Reading this specific figure:

• PAS at ~1326800 (rightmost, distal PAS) dominates most clusters (57–94% of reads). This is the canonical distal polyadenylation site for this gene on the positive strand.
• Cluster 8 is strikingly different: the leftmost PAS at ~1317100 (proximal, closest to the stop codon) carries most of cluster 8's reads (yellow bar). This cluster uses the short 3'UTR isoform almost exclusively.
• Cluster 11 splits roughly 50/50 between the central PAS at ~1322400 and the distal PAS, suggesting heterogeneous isoform usage within this small cluster (n=14 cells).

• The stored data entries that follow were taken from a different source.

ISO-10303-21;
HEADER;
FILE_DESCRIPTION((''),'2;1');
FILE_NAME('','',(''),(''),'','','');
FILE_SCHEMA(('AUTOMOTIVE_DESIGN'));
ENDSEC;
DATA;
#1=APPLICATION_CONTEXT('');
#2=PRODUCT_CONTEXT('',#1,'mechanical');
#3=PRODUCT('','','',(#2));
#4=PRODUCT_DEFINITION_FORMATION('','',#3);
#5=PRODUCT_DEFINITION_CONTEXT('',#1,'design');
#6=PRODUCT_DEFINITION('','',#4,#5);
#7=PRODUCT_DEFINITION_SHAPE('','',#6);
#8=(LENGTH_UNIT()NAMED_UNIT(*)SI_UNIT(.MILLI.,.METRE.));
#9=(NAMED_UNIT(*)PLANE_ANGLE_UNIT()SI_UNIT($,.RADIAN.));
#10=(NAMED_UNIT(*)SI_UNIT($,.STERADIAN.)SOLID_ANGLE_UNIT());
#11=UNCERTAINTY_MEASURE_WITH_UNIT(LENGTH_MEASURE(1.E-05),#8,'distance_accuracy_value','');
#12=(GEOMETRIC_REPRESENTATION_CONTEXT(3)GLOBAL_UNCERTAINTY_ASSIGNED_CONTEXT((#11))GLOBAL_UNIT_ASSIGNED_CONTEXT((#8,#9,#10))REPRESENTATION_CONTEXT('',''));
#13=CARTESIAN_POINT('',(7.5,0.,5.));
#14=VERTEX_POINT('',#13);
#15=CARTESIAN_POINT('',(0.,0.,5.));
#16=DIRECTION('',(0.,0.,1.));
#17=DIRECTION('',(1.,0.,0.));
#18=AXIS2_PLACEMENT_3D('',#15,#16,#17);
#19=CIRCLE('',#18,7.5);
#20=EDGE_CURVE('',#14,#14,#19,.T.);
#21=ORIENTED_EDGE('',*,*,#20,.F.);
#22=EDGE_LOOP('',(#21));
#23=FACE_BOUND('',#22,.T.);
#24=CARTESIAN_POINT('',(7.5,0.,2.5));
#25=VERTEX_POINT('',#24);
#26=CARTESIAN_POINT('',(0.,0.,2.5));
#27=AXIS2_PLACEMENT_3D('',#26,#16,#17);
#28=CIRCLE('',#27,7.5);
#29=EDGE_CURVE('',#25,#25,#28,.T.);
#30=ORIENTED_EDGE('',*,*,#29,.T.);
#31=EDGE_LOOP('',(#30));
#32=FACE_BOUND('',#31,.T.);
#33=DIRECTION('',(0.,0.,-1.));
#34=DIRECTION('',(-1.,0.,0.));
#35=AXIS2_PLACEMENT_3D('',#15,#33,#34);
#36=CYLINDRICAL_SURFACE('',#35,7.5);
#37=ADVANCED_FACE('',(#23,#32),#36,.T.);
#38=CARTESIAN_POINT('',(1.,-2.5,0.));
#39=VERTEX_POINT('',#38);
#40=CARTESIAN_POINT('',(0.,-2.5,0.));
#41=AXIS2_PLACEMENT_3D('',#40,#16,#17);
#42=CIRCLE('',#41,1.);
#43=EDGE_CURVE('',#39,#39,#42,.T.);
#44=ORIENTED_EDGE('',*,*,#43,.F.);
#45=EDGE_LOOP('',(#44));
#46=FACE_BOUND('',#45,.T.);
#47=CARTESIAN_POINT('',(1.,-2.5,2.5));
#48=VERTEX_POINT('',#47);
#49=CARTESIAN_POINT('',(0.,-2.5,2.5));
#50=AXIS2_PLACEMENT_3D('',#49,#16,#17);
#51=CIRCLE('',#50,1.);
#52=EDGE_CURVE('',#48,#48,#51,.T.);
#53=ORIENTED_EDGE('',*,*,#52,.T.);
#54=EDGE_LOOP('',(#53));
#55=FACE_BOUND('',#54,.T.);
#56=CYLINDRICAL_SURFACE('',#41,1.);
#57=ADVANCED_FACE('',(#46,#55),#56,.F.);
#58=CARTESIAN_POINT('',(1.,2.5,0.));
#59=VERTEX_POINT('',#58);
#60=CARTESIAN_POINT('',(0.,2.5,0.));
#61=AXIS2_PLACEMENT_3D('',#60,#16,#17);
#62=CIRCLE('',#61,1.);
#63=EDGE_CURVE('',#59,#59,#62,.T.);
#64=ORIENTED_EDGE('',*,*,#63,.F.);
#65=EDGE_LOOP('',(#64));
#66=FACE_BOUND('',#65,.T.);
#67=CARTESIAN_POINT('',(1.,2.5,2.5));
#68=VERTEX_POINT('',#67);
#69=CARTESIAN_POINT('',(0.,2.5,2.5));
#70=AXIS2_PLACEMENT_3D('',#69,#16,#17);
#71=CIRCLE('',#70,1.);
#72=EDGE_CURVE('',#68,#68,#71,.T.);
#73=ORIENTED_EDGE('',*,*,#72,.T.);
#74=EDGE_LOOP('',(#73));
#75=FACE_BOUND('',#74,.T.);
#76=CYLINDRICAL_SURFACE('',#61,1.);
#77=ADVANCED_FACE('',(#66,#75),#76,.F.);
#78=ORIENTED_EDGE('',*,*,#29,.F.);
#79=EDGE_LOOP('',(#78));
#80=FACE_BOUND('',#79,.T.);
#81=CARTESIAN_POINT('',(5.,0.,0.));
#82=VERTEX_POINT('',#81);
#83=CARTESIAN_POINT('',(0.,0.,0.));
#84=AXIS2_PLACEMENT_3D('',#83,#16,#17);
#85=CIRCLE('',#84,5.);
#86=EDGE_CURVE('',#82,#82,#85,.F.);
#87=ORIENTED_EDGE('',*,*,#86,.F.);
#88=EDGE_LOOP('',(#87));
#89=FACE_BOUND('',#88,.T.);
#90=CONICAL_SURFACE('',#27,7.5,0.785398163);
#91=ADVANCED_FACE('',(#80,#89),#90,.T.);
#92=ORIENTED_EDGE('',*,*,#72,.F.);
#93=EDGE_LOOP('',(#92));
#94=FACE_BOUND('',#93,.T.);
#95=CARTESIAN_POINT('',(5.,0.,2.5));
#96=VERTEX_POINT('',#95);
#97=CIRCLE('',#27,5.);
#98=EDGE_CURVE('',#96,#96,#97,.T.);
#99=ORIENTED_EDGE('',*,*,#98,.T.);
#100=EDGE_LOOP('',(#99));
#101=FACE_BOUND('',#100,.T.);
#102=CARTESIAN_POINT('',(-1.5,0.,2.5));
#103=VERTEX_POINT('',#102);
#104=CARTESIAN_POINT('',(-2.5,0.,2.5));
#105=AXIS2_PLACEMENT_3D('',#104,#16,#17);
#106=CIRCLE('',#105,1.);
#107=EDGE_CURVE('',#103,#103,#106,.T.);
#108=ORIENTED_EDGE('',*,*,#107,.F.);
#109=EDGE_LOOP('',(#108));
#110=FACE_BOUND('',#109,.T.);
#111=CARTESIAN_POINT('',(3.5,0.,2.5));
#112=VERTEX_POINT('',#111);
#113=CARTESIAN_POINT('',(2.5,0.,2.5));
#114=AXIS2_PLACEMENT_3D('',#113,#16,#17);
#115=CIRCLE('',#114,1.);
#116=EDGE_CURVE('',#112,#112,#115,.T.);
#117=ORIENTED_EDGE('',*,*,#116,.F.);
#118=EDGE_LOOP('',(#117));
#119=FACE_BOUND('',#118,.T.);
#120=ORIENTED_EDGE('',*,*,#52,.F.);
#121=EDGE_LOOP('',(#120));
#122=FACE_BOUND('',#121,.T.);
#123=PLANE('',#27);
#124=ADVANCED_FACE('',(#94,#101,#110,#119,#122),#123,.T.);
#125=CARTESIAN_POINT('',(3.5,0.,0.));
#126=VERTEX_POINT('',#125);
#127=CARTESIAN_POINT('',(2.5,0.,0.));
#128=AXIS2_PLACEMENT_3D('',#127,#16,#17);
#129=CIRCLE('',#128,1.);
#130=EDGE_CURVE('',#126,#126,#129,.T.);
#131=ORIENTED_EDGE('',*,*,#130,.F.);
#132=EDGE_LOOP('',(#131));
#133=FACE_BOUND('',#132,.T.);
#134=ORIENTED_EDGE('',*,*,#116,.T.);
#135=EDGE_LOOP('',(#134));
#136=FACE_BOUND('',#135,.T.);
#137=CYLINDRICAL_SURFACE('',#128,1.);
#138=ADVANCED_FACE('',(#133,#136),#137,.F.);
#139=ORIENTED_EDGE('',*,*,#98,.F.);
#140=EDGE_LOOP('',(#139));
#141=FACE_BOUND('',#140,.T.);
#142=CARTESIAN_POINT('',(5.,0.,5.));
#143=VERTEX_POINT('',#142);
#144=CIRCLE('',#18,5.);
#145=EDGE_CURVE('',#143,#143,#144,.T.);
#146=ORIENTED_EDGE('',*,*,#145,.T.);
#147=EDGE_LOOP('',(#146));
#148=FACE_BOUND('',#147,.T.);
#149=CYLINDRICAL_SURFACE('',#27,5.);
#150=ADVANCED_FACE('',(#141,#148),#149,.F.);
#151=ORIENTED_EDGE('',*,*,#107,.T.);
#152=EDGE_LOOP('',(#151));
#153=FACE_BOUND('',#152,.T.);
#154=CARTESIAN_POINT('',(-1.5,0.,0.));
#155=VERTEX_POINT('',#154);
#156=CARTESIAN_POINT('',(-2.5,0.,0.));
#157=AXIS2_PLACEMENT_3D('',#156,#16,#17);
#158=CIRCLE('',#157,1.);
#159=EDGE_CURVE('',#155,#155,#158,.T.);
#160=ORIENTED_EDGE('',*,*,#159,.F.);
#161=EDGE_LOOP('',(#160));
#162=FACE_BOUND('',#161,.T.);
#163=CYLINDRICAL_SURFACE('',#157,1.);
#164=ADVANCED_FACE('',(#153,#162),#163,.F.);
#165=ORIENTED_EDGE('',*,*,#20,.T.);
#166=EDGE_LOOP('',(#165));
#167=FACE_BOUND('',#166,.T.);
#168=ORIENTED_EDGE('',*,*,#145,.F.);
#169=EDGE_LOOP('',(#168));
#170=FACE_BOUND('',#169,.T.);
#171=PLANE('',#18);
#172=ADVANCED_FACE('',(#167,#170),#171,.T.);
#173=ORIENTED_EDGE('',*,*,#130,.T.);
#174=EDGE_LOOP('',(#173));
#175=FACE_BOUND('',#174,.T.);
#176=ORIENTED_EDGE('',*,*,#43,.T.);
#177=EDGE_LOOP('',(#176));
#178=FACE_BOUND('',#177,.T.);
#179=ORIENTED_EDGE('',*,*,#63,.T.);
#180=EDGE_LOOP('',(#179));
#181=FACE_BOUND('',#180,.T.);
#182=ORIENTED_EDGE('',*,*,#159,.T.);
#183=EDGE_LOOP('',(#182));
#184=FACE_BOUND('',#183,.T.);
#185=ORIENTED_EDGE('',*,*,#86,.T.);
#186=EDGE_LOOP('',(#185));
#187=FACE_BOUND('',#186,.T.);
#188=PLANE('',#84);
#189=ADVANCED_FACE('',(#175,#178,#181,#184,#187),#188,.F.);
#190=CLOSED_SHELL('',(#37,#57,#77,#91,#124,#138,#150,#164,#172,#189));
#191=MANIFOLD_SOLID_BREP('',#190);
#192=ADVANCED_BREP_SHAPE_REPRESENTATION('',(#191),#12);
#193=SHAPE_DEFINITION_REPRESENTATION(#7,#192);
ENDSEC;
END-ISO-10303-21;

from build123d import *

# Parameters (mm, degrees)
SKETCH1_R           = 7.5
BOSS_EXTRUDE1_DEPTH = 5
SKETCH2_R           = 5
CUT_EXTRUDE1_DEPTH  = 2.5
CHAMFER1_SIZE       = 2.5
SKETCH3_R           = 1
CUT_EXTRUDE2_DEPTH  = 2.5


with BuildPart() as part:
    # Sketch1 → Boss-Extrude1 (new body)
    with BuildSketch(Plane.XY):
        Circle(SKETCH1_R)
    extrude(amount=BOSS_EXTRUDE1_DEPTH)

    # Sketch2 → Cut-Extrude1 (cut)
    with BuildSketch(Plane.XY.offset(5)):
        Circle(SKETCH2_R)
    extrude(amount=-CUT_EXTRUDE1_DEPTH, mode=Mode.SUBTRACT)

    # Chamfer1
    chamfer1_edges = [part.edges().sort_by_distance(p)[0] for p in [
        (-7.5, 0, 0),
    ]]
    chamfer(chamfer1_edges, length=CHAMFER1_SIZE)

    # Sketch3 → Cut-Extrude2 (cut)
    with BuildSketch(Plane.XY.offset(2.5)):
        with Locations((0, 2.5)):
            Circle(SKETCH3_R)
        with Locations((2.5, 0)):
            Circle(SKETCH3_R)
        with Locations((0, -2.5)):
            Circle(SKETCH3_R)
        with Locations((-2.5, 0)):
            Circle(SKETCH3_R)
    extrude(amount=-CUT_EXTRUDE2_DEPTH, mode=Mode.SUBTRACT)


solid = part.part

The .meta.json sidecar confirms the rendering parameters:

{
  "gene_id": "ENSG00000103275",
  "chrom": "16",
  "start": 1317072,
  "end": 1326901,
  "strand": "+",
  "n_pas": 4,
  "n_clusters_rendered": 12,
  "top_proportion_per_cluster": {
    "0": 0.57,
    "3": 1.0,
    "8": 0.93,
    ...
  }
}

---

Figures index

The auto-generated figures_INDEX.md lists every gene rendered in a geneview run:

# Figures index

Produced by `ema switch geneview`.

Directory: .../switch_geneview_2026-05-11_212341/figures

Total figures: 5 across 1 plot type(s).

## `gene_track` (5)

- **gene_ENSG00000100600** (2 files)
- **gene_ENSG00000103275** (2 files)
- **gene_ENSG00000105939** (2 files)
- **gene_ENSG00000160087** (2 files)
- **gene_ENSG00000168899** (2 files)

Each entry has a .png (for documents) and a .svg (for scalable embedding). The figures_INDEX.json provides the same information in machine-readable form for programmatic access.